Best database-design questions in October 2010

Database Design: replace a boolean column with a timestamp column?

7 votes

Earlier I have created tables this way:

create table workflow (
    id number primary key,
    name varchar2(100 char) not null,
    is_finished number(1) default 0 not null,
    date_finished date
);

Column is_finished indicates whether the workflow finished or not. Column date_finished is when the workflow was finished.

Then I had the idea "I don't need is_finished as I can just say: where data_finished is not null", and I designed without is_finished column:

create table workflow (
    id number primary key,
    name varchar2(100 char) not null,
    date_finished date
);

(We use Oracle 10)

Is it a good or bad idea? I've heard you can not have an index on a column with NULL values, so where data_finished is not null will be very slow on big tables.

There is a right way to index null values, and it doesn't use a FBI. Oracle will index null values, but it will NOT index null LEAF values in the tree. So, you could eliminate the column is_finished and create the index like this.

CREATE INDEX ON workflow (date_finished, 1);

Then, if you check the explain plan on this query:

SELECT count(*) FROM workflow WHERE date_finished is null;

You might see the index being used (if the optimizer is happy).

Back to the original question: looking at the variety of answers here, I think there is no right answer. I may have a personal preference to eliminate a column if it is unnecessary, but I also don't like overloading the meaning of columns either. There are two concepts here:

  1. The record has finished. is_finished
  2. The record finished on a particular date. date_finished

Maybe you need to keep these separate, maybe you don't. When I think about eliminating the is_finished column, it bothers me. Down the road, the situation may arise where the record finished, but you don't know precisely when. Perhaps you have to import data from another source and the date is unknown. Sure, that's not in the business requirements now, but things change. What do you do then? Well, you have to put some dummy value in the date_finished column, and now you've compromised the data a bit. Not horribly, but there is a rub there. The little voice in my head is shouting YOU'RE DOING IT WRONG when I do things like that.

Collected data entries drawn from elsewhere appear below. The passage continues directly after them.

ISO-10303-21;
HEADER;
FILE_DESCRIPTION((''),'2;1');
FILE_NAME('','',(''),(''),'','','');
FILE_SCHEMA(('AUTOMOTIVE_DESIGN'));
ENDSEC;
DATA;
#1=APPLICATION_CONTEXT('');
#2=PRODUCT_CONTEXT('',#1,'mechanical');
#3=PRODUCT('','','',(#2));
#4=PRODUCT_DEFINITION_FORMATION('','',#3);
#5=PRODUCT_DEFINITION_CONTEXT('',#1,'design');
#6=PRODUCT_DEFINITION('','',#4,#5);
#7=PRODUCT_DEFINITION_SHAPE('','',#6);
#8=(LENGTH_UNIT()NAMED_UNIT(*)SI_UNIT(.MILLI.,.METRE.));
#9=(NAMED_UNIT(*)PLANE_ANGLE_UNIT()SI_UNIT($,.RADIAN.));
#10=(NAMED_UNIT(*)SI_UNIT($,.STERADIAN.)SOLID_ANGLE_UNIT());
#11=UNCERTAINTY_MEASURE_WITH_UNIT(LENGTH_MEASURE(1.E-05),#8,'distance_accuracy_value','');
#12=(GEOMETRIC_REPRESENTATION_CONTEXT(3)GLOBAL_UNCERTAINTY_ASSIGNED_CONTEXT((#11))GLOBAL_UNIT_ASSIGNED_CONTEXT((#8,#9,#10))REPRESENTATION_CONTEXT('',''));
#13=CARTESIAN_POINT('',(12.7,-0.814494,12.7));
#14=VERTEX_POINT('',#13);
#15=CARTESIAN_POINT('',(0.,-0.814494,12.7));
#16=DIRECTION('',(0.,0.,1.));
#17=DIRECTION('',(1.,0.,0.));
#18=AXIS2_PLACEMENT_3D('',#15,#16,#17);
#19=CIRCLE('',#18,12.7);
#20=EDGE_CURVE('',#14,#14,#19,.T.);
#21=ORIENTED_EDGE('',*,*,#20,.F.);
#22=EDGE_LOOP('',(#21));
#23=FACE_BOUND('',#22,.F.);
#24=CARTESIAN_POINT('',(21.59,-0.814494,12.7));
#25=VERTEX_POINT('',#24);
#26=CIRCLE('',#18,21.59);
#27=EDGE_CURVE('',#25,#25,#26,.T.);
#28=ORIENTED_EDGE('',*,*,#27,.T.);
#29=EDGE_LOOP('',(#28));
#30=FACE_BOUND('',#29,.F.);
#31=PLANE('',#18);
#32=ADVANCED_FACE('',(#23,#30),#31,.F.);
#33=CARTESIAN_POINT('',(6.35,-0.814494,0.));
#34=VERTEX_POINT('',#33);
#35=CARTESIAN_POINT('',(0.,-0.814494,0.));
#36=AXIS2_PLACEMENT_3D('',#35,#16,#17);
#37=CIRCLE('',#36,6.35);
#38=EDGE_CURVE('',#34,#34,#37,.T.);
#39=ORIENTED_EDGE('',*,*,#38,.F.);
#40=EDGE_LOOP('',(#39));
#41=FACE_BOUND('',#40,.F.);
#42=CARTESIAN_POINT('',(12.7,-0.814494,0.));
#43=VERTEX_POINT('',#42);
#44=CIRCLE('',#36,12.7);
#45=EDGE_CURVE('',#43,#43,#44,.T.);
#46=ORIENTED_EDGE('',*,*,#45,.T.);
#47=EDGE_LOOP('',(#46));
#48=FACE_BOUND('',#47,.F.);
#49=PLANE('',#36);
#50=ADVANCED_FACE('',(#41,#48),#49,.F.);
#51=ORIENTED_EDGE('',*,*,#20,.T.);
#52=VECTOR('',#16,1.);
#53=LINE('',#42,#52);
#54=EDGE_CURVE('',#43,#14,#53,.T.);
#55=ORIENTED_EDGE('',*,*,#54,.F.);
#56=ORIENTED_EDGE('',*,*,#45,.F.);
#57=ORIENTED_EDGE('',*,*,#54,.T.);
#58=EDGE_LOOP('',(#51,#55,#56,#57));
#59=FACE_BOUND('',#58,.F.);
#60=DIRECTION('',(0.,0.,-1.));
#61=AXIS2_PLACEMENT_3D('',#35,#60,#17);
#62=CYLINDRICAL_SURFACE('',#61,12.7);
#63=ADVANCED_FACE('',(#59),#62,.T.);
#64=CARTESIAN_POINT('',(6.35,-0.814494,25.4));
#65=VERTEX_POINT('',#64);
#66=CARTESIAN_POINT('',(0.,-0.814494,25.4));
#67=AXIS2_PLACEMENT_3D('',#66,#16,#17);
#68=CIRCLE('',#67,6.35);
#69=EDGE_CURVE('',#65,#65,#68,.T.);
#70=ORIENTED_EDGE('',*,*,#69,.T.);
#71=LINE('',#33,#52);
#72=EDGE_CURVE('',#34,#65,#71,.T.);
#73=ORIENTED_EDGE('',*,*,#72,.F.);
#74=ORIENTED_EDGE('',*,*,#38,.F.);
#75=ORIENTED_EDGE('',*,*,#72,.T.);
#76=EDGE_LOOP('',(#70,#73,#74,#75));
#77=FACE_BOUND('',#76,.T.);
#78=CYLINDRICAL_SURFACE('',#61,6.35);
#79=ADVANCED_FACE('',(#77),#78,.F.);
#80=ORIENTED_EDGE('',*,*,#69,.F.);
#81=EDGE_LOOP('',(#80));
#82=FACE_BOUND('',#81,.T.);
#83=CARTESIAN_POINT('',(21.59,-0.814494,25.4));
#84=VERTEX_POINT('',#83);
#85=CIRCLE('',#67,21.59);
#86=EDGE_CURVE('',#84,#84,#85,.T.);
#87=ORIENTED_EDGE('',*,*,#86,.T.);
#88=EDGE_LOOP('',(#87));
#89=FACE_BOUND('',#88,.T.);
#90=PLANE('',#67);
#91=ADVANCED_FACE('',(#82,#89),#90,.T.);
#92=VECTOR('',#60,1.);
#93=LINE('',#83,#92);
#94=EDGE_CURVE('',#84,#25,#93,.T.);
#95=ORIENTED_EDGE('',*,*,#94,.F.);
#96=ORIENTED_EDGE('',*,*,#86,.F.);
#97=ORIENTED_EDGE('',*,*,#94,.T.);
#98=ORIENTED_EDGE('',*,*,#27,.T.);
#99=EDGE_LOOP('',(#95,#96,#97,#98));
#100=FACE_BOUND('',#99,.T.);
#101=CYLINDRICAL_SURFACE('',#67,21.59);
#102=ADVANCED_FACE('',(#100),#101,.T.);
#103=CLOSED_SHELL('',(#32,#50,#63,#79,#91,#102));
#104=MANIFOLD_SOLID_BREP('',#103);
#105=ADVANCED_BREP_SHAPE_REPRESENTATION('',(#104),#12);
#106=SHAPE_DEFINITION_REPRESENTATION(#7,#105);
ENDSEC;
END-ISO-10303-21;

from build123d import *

# Parameters (mm, degrees)
F0_R     = 12.7
F0_R_2   = 6.35
F1_DEPTH = 25.4
F2_R     = 21.59
F2_R_2   = 12.7
F3_DEPTH = 12.7


with BuildPart() as f1:
    # F0 (on Top) → F1 (new body)
    with BuildSketch(Plane.XY):
        with Locations((0, 39.825506)):
            Circle(F0_R)
        with Locations((0, 39.825506)):
            Circle(F0_R_2, mode=Mode.SUBTRACT)
    extrude(amount=F1_DEPTH)

    # F2 (on face) → F3 (join)
    with BuildSketch(Plane.XY.offset(25.4)):
        with Locations((0, 39.825506)):
            Circle(F2_R)
        with Locations((0, 39.825506)):
            Circle(F2_R_2, mode=Mode.SUBTRACT)
    extrude(amount=-F3_DEPTH)


with BuildPart() as f1_1:
    # F4: moved
    add(f1.part.moved(Location((0, -40.64, 0))))


solid = f1_1.part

My advice, keep it separate. You're talking about a tiny column and a very skinny index. Storage should not be an issue here.

Rule of Representation: Fold knowledge into data so program logic can be stupid and robust.

-Eric S. Raymond

SQL Server: how to constrain a table to contain a single row ?

7 votes

I want to store a single row in a configuration table for my application. I would like to enforce that this table can contain only one row.

What is the simplest way to enforce the single row constraint ?

You make sure one of the columns can only contain one value, and then make that the primary key (or apply a uniqueness constraint)

CREATE TABLE T1(
    Lock char(1) not null,
    /* Other columns */,
    constraint PK_T1 PRIMARY KEY (Lock),
    constraint CK_T1_Locked CHECK (Lock='X')
)

I have a number of these tables in various databases, mostly for storing config. It's a lot nicer knowing that, if the config item should be an int, you'll only ever read an int from the DB.

How to store "same as" data?

6 votes

I've got one model with 3 addresses: pickup, dropoff, and billing. I figure the billing address will usually be either the pickup or drop-off address, so from a UI perspective, I should have a "same as" option. But from a DB perspective, should I save the "same as" field, or should I duplicate the data?

You should have the same Id of a row from an Address table in two different columns, PickUp and DropOff. This way, you do not duplicate the address, do not use some sentinel address, and can easily query to see if the PickUp address is the same as the DropOff. If one of these changes in the future, you can always modify the Id value stored in its respective column to a new address.